Exercise aim -
Your output must match the records below character for character.

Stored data

• • • • • • •

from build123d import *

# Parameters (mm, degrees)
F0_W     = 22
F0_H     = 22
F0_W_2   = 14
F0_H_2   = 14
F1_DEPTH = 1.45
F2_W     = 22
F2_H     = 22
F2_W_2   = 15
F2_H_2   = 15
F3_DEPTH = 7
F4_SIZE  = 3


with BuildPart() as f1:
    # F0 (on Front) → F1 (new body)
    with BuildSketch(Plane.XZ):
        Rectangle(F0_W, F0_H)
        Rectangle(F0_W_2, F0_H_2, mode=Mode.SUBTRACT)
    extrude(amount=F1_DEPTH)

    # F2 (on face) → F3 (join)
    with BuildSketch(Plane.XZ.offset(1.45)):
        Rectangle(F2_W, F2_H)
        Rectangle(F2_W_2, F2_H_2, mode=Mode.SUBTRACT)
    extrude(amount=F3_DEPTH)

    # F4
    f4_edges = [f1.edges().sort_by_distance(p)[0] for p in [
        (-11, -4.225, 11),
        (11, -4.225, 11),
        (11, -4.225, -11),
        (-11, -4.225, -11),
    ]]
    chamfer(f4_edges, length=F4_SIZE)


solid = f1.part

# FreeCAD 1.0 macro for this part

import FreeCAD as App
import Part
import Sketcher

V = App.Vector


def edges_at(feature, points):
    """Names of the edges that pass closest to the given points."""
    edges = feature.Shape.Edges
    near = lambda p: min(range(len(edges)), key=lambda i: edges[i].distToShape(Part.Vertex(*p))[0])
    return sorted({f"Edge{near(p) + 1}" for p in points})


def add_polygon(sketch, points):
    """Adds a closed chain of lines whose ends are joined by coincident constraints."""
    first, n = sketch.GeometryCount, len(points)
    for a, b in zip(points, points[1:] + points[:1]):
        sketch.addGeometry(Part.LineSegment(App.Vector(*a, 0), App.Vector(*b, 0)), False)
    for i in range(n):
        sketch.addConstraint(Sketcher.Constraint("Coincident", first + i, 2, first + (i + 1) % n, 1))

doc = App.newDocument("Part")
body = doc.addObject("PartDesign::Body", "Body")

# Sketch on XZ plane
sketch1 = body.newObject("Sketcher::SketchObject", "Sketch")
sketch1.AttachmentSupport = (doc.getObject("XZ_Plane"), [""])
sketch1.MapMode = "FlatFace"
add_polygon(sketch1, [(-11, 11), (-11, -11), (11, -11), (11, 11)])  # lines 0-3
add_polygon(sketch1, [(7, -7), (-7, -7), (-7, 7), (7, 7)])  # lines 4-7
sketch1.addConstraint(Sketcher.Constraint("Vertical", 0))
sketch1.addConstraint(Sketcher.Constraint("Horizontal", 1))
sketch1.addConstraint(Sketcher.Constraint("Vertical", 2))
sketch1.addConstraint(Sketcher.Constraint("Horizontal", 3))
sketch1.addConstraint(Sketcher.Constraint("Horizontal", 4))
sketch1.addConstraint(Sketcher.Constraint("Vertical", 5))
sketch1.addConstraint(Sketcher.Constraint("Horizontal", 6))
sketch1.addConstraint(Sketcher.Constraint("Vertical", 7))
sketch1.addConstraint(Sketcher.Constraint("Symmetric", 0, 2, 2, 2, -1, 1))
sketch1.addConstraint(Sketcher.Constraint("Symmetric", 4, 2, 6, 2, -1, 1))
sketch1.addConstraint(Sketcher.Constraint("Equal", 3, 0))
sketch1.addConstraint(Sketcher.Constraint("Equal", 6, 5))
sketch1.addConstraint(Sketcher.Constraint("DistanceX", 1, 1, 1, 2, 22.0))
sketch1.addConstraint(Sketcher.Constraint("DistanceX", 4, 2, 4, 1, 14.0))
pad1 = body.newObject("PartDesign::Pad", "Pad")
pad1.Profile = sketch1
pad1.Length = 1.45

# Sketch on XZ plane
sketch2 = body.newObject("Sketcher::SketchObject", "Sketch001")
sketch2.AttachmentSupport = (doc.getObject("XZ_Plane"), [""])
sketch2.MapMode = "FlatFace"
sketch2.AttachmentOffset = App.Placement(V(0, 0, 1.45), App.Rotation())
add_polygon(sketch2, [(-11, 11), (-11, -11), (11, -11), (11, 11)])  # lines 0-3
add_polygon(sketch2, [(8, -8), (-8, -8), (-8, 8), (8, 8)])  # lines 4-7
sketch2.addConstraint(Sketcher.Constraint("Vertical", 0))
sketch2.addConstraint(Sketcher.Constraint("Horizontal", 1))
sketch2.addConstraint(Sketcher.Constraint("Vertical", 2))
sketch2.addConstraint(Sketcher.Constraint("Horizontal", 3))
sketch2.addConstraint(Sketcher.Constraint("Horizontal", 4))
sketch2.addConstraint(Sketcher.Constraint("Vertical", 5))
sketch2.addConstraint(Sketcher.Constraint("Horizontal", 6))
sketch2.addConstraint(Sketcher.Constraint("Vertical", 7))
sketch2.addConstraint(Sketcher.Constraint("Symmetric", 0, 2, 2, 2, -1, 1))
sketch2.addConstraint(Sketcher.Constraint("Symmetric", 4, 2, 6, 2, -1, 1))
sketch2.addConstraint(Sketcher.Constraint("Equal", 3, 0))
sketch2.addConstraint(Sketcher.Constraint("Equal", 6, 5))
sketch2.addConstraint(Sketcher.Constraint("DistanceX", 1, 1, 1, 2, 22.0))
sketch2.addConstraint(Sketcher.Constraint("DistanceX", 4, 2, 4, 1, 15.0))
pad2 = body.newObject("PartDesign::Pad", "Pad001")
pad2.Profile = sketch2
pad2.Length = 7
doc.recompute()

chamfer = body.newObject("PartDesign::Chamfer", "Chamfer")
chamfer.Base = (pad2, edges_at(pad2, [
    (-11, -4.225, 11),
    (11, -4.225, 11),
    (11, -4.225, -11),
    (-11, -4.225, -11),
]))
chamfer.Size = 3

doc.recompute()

• • • • • • •

Written reply -
from build123d import *

# Parameters (mm, degrees)
F0_W     = 22
F0_H     = 22
F0_W_2   = 14
F0_H_2   = 14
F1_DEPTH = 1.45
F2_W     = 22
F2_H     = 22
F2_W_2   = 15
F2_H_2   = 15
F3_DEPTH = 7
F4_SIZE  = 3


with BuildPart() as f1:
    # F0 (on Front) → F1 (new body)
    with BuildSketch(Plane.XZ):
        Rectangle(F0_W, F0_H)
        Rectangle(F0_W_2, F0_H_2, mode=Mode.SUBTRACT)
    extrude(amount=F1_DEPTH)

    # F2 (on face) → F3 (join)
    with BuildSketch(Plane.XZ.offset(1.45)):
        Rectangle(F2_W, F2_H)
        Rectangle(F2_W_2, F2_H_2, mode=Mode.SUBTRACT)
    extrude(amount=F3_DEPTH)

    # F4
    f4_edges = [f1.edges().sort_by_distance(p)[0] for p in [
        (-11, -4.225, 11),
        (11, -4.225, 11),
        (11, -4.225, -11),
        (-11, -4.225, -11),
    ]]
    chamfer(f4_edges, length=F4_SIZE)


solid = f1.part

# FreeCAD 1.0 macro for this part

import FreeCAD as App
import Part
import Sketcher

V = App.Vector


def edges_at(feature, points):
    """Names of the edges that pass closest to the given points."""
    edges = feature.Shape.Edges
    near = lambda p: min(range(len(edges)), key=lambda i: edges[i].distToShape(Part.Vertex(*p))[0])
    return sorted({f"Edge{near(p) + 1}" for p in points})


def add_polygon(sketch, points):
    """Adds a closed chain of lines whose ends are joined by coincident constraints."""
    first, n = sketch.GeometryCount, len(points)
    for a, b in zip(points, points[1:] + points[:1]):
        sketch.addGeometry(Part.LineSegment(App.Vector(*a, 0), App.Vector(*b, 0)), False)
    for i in range(n):
        sketch.addConstraint(Sketcher.Constraint("Coincident", first + i, 2, first + (i + 1) % n, 1))

doc = App.newDocument("Part")
body = doc.addObject("PartDesign::Body", "Body")

# Sketch on XZ plane
sketch1 = body.newObject("Sketcher::SketchObject", "Sketch")
sketch1.AttachmentSupport = (doc.getObject("XZ_Plane"), [""])
sketch1.MapMode = "FlatFace"
add_polygon(sketch1, [(-11, 11), (-11, -11), (11, -11), (11, 11)])  # lines 0-3
add_polygon(sketch1, [(7, -7), (-7, -7), (-7, 7), (7, 7)])  # lines 4-7
sketch1.addConstraint(Sketcher.Constraint("Vertical", 0))
sketch1.addConstraint(Sketcher.Constraint("Horizontal", 1))
sketch1.addConstraint(Sketcher.Constraint("Vertical", 2))
sketch1.addConstraint(Sketcher.Constraint("Horizontal", 3))
sketch1.addConstraint(Sketcher.Constraint("Horizontal", 4))
sketch1.addConstraint(Sketcher.Constraint("Vertical", 5))
sketch1.addConstraint(Sketcher.Constraint("Horizontal", 6))
sketch1.addConstraint(Sketcher.Constraint("Vertical", 7))
sketch1.addConstraint(Sketcher.Constraint("Symmetric", 0, 2, 2, 2, -1, 1))
sketch1.addConstraint(Sketcher.Constraint("Symmetric", 4, 2, 6, 2, -1, 1))
sketch1.addConstraint(Sketcher.Constraint("Equal", 3, 0))
sketch1.addConstraint(Sketcher.Constraint("Equal", 6, 5))
sketch1.addConstraint(Sketcher.Constraint("DistanceX", 1, 1, 1, 2, 22.0))
sketch1.addConstraint(Sketcher.Constraint("DistanceX", 4, 2, 4, 1, 14.0))
pad1 = body.newObject("PartDesign::Pad", "Pad")
pad1.Profile = sketch1
pad1.Length = 1.45

# Sketch on XZ plane
sketch2 = body.newObject("Sketcher::SketchObject", "Sketch001")
sketch2.AttachmentSupport = (doc.getObject("XZ_Plane"), [""])
sketch2.MapMode = "FlatFace"
sketch2.AttachmentOffset = App.Placement(V(0, 0, 1.45), App.Rotation())
add_polygon(sketch2, [(-11, 11), (-11, -11), (11, -11), (11, 11)])  # lines 0-3
add_polygon(sketch2, [(8, -8), (-8, -8), (-8, 8), (8, 8)])  # lines 4-7
sketch2.addConstraint(Sketcher.Constraint("Vertical", 0))
sketch2.addConstraint(Sketcher.Constraint("Horizontal", 1))
sketch2.addConstraint(Sketcher.Constraint("Vertical", 2))
sketch2.addConstraint(Sketcher.Constraint("Horizontal", 3))
sketch2.addConstraint(Sketcher.Constraint("Horizontal", 4))
sketch2.addConstraint(Sketcher.Constraint("Vertical", 5))
sketch2.addConstraint(Sketcher.Constraint("Horizontal", 6))
sketch2.addConstraint(Sketcher.Constraint("Vertical", 7))
sketch2.addConstraint(Sketcher.Constraint("Symmetric", 0, 2, 2, 2, -1, 1))
sketch2.addConstraint(Sketcher.Constraint("Symmetric", 4, 2, 6, 2, -1, 1))
sketch2.addConstraint(Sketcher.Constraint("Equal", 3, 0))
sketch2.addConstraint(Sketcher.Constraint("Equal", 6, 5))
sketch2.addConstraint(Sketcher.Constraint("DistanceX", 1, 1, 1, 2, 22.0))
sketch2.addConstraint(Sketcher.Constraint("DistanceX", 4, 2, 4, 1, 15.0))
pad2 = body.newObject("PartDesign::Pad", "Pad001")
pad2.Profile = sketch2
pad2.Length = 7
doc.recompute()

chamfer = body.newObject("PartDesign::Chamfer", "Chamfer")
chamfer.Base = (pad2, edges_at(pad2, [
    (-11, -4.225, 11),
    (11, -4.225, 11),
    (11, -4.225, -11),
    (-11, -4.225, -11),
]))
chamfer.Size = 3

doc.recompute()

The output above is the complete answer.